GT 240 1gb ddr5 should be powerful enough for physx. Check the Bazaar section for used deals.


----------



## topgear (Mar 5, 2013)

yo, either GT 240 or a new GT620/630 is Op's best bet.


----------



## Cilus (Mar 5, 2013)

GT 630 is minimum. In fact, I will be looking for a old GTS 450.


----------



## sam_738844 (Mar 5, 2013)

Months back i created a thread which revealed that Phyx is pretty much dead... cilus also had commented that his GT240 did not make a noticable difference in most of the games as they many of them had CPU-based physics engine. It was also suggested that in near future Phyx would be obsolete and right now its more like a gimmik from Nvidia. a powerful GPU like 7970 is already capable of producing superb image quality, and hence Phyx is not a wise enough decision to have... in a dedicated card.  As i said, months have passed, the picture may have changed with emergence of forthcoming engines and architecture. Cilus..care to elaborate the future of Phyx in such perspective?


----------



## topgear (Mar 6, 2013)

very nice idea .. even I want to see how much effect phsyX still has on modern games ( of-course TWIMTBP titles only ) and PhysX effect - did I even see one anytime ? lol  BTW, care to share the old thread link of yours ?


----------



## Cilus (Mar 6, 2013)

Buddy, games with CPU physics engine, GT 240 does not make any kind of difference at all and sits idle. For using the PhysX, you need to have game with PhysX implementation and Modded PhysX driver in case the main card is an AMD. Now nVidia already has made the latest version of PhysX engine open for the developer to optimize it for CPU too.
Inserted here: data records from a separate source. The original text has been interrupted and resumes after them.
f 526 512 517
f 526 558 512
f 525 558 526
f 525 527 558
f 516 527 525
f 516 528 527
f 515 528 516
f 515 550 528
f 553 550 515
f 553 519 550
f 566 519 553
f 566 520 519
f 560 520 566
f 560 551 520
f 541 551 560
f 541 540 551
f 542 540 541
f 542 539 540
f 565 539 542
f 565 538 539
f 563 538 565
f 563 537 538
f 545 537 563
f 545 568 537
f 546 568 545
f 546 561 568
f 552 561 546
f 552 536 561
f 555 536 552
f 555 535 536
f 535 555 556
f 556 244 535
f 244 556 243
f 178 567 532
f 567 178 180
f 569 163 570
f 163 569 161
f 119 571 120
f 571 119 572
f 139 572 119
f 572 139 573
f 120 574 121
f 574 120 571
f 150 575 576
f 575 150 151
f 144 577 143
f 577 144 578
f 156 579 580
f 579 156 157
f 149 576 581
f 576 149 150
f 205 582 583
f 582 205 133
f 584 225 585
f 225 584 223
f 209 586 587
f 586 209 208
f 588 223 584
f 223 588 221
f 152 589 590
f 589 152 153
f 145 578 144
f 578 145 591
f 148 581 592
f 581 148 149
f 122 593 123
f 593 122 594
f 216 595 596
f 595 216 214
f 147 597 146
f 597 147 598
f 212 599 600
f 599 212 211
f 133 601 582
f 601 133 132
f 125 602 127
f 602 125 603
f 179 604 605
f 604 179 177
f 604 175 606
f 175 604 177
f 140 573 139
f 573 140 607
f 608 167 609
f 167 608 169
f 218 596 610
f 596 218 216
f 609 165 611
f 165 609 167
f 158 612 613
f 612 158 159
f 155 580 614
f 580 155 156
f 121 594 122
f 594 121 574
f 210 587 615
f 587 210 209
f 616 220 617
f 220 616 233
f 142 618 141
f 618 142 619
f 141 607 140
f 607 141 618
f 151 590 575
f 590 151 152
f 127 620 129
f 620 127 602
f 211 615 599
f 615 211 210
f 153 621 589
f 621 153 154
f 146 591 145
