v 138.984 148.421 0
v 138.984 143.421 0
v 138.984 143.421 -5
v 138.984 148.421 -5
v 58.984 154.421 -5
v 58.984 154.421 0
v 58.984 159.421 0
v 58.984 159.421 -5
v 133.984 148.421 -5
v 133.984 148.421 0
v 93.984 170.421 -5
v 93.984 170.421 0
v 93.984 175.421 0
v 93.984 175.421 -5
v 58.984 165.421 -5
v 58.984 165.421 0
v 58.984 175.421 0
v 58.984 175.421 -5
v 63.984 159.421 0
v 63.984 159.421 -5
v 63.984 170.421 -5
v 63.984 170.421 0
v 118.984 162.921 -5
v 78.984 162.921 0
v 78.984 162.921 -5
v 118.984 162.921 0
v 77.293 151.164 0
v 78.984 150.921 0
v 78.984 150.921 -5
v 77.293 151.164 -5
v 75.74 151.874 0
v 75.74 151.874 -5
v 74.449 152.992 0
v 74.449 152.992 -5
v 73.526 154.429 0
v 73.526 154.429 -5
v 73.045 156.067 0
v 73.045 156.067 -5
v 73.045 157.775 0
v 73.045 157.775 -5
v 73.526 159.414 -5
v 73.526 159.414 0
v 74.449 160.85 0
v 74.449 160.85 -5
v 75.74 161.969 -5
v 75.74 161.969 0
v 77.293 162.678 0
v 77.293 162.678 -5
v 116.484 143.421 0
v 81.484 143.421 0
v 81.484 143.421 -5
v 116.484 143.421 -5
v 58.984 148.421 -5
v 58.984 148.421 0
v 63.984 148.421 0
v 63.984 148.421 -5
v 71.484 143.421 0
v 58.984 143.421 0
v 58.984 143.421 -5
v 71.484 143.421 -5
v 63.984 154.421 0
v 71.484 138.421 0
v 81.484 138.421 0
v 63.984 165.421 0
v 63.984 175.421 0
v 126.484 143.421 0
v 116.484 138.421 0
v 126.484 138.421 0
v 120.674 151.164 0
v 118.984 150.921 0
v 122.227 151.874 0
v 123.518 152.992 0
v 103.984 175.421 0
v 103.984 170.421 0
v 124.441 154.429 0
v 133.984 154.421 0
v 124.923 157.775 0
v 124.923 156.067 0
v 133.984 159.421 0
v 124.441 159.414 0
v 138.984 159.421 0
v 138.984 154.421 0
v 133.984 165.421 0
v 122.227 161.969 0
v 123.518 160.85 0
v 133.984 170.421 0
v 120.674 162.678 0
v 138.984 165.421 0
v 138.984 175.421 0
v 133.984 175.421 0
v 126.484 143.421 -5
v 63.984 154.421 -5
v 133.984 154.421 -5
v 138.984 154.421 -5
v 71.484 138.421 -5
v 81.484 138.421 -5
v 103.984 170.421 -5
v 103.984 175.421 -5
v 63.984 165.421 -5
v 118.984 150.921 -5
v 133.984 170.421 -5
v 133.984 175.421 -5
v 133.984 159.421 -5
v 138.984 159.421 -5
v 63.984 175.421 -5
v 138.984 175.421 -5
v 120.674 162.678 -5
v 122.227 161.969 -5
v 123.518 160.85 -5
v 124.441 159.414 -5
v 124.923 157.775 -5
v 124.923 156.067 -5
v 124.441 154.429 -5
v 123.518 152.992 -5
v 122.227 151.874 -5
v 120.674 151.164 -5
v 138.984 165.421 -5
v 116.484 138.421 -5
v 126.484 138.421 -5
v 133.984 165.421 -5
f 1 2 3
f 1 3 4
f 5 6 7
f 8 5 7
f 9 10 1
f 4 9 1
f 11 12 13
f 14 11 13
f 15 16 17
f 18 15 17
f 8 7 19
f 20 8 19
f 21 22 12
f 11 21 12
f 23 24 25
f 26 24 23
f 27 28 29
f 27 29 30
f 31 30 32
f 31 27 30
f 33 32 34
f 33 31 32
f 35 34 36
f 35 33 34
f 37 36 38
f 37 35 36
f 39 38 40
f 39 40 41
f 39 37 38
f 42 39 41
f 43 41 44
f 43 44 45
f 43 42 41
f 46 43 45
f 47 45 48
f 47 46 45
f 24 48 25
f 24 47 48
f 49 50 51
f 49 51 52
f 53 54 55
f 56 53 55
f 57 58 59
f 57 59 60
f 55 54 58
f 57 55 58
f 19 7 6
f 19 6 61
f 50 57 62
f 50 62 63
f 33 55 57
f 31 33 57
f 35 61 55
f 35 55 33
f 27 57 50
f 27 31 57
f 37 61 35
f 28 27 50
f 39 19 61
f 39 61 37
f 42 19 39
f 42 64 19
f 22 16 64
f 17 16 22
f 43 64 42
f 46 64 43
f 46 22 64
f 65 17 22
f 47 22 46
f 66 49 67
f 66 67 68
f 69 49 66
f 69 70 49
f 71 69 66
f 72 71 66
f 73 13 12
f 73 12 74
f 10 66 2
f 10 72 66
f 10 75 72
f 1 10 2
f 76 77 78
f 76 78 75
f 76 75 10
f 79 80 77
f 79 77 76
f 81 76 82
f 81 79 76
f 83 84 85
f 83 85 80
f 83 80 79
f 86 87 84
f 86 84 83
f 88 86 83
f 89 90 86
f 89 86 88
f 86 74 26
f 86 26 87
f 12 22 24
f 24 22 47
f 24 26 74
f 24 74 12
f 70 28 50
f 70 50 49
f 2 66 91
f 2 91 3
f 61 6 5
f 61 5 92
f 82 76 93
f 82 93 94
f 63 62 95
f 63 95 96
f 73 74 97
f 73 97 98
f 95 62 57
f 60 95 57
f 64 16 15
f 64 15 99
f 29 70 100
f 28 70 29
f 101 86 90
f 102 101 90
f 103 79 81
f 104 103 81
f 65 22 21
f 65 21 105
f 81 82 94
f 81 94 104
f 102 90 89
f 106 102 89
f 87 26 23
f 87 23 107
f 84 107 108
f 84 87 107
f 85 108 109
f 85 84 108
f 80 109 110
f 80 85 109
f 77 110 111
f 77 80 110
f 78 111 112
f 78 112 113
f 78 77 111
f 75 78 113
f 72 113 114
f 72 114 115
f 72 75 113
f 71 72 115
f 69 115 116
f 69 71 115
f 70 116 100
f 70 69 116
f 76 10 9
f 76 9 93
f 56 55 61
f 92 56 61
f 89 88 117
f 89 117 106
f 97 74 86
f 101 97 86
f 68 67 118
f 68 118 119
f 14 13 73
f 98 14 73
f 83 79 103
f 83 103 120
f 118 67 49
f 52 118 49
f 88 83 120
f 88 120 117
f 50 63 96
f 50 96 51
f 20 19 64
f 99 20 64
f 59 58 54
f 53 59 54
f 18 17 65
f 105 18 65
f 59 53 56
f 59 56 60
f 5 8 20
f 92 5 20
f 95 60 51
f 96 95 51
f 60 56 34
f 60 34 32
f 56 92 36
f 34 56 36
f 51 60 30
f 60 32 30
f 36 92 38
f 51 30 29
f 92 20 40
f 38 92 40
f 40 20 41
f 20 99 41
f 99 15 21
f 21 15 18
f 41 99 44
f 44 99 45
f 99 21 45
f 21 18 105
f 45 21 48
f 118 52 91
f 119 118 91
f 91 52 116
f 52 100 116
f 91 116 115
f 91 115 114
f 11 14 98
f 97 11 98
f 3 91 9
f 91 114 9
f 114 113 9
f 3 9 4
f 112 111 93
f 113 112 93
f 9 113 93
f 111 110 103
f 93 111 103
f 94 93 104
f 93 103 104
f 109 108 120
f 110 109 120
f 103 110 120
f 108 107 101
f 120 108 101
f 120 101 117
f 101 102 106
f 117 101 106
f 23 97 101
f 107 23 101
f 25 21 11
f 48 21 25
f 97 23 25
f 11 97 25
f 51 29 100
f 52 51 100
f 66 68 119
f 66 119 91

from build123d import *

# Parameters (mm, degrees)
ESQUISSE1_W        = 80
ESQUISSE1_H        = 27
BOSS_EXTRU_1_DEPTH = 5
ESQUISSE3_W        = 5
ESQUISSE3_H        = 6
CR_NEAUX_DEPTH     = 5
ESQUISSE2_W        = 5
ESQUISSE2_H        = 5
ESQUISSE2_W_2      = 10
CR_NEAUX_2_DEPTH   = 5


with BuildPart() as part:
    # Esquisse1 → Boss.-Extru.1 (new body)
    with BuildSketch(Plane.XY):
        with Locations((98.983627477, 156.921111622)):
            Rectangle(ESQUISSE1_W, ESQUISSE1_H)
    extrude(amount=-BOSS_EXTRU_1_DEPTH)

    # Esquisse3 → Cr_neaux (cut)
    with BuildSketch(Plane.XY):
        with Locations((61.483627477, 162.421111622)):
            Rectangle(ESQUISSE3_W, ESQUISSE3_H)
        with Locations((61.483627477, 151.421111622)):
            Rectangle(ESQUISSE3_W, ESQUISSE3_H)
        with Locations((136.483627477, 151.421111622)):
            Rectangle(ESQUISSE3_W, ESQUISSE3_H)
        with Locations((136.483627477, 162.421111622)):
            Rectangle(ESQUISSE3_W, ESQUISSE3_H)
        with BuildLine():
            Line((78.983627477, 162.921111622), (118.983627477, 162.921111622))
            ThreePointArc((118.983627477, 162.921111622), (124.983627477, 156.921111622), (118.983627477, 150.921111622))
            Line((118.983627477, 150.921111622), (78.983627477, 150.921111622))
            ThreePointArc((78.983627477, 150.921111622), (72.983627477, 156.921111622), (78.983627477, 162.921111622))
        make_face()
    extrude(amount=-CR_NEAUX_DEPTH, mode=Mode.SUBTRACT)

    # Esquisse2 → Cr_neaux 2 (add)
    with BuildSketch(Plane.XY):
        with Locations((136.483627477, 172.921111622)):
            Rectangle(ESQUISSE2_W, ESQUISSE2_H)
        with Locations((61.483627477, 172.921111622)):
            Rectangle(ESQUISSE2_W, ESQUISSE2_H)
        with Locations((98.983627477, 172.921111622)):
            Rectangle(ESQUISSE2_W_2, ESQUISSE2_H)
        with Locations((121.483627477, 140.921111622)):
            Rectangle(ESQUISSE2_W_2, ESQUISSE2_H)
        with Locations((76.483627477, 140.921111622)):
            Rectangle(ESQUISSE2_W_2, ESQUISSE2_H)
    extrude(amount=-CR_NEAUX_2_DEPTH)


solid = part.part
Currently PhysX, when running at CPU, uses older single threaded X87 instructions, resulting very poor performance. Now if developers, after having access to the PhysX SDK, can rewrite the CPU code with proper X86 instructions (SSE 2, SSE 3, SSE 4 and AVX/FMA) optimization, PhysX will be running smoothly in CPU too.


----------



## anirbandd (Mar 6, 2013)

So that means a Physx card will only serve as bling-bling for most of the time??


----------



## theserpent (Mar 6, 2013)

And there are very few Physx titles


----------



## sam_738844 (Mar 6, 2013)

Here is the good link for Phyx or not discussion

*www.thinkdigit.com/forum/graphic-c...raphics-card-dedicated-phyx-baseline-aux.html


----------



## rock2702 (Mar 6, 2013)

Thanks for the answers guys.I bought my PC 3 months back and at that time I was almost convinced to go for an nvidia card as usual,because my two previous cards were nvidia and I never had an experience with amd.Also physx in borderlands looks good  and a single nvidia GPU,even the 670/680 can't handle advanced physx and graphics alone without performance drops.The 12.11 drivers,3gb frame buffer,384 bit memory bus is what convinced me to take a chance with amd for the first time.I am really happy with the card as I can turn on the AA even at 2560x1440 res and still have good experience.The only game which did not look good on this GPU was borderlands 2,I don't know why and now after switching to a wqhd monitor I wanted to play this game with physx which is only possible with a dedicated nvidia GPU.I was even thinking to get a gtx 650ti only for physx  but that seems way too overkill.Finding a gts 450 is very difficult.I am still on the lookout,my old 9800gtx would have served the purpose,was it not dead


----------



## sam_738844 (Mar 6, 2013)

I had created that thread to get my self convinced about the use and future of PhyX. without any hesitation i can say that in borderlands2, turning on Phyx just dazzled me. My GT435M can not handle high Phyx, but i have seen the effects, and then i went to a neighbour with GTX460 and greeted my eyes with the effects with a smooth FPS. It was a whole new visual experience for me, i did not notice any substantial difference in turning on Phyx in other games because i DO NOT have enough resources to imply such settings. clearly in the back of my mind i wanted Phyx to be proved rightful. Yes there are arguments which denies its utilization in titles but since i dont posses a high-end card, i barely can justify the difference anyway in any game, so seeing it for real in even one game that i loved, meant a lot to me. and nvidia provided the experience that no AMD could. I sincerely hope that PhyX , however techno-literally opinionated by nvidia it may be, however tentative scope it may have in coming days....should be given a chance. Because it caught my attention...which is not easy.


----------



## ashis_lakra (Mar 6, 2013)

PhysX is definitely not gimmick rather its a visual treat to our eyes even if the debris / flames in games move in weird position. It looks more appealing and engaging while playing. This should definitely be implemented in all future games like Battlefield 4, GTA 6, FarCry 4 etc. The game will look more real when you shoot / use a knife and the enemy's clothes / skins tear down with blood oozing from them lol. Visual treat for me at least.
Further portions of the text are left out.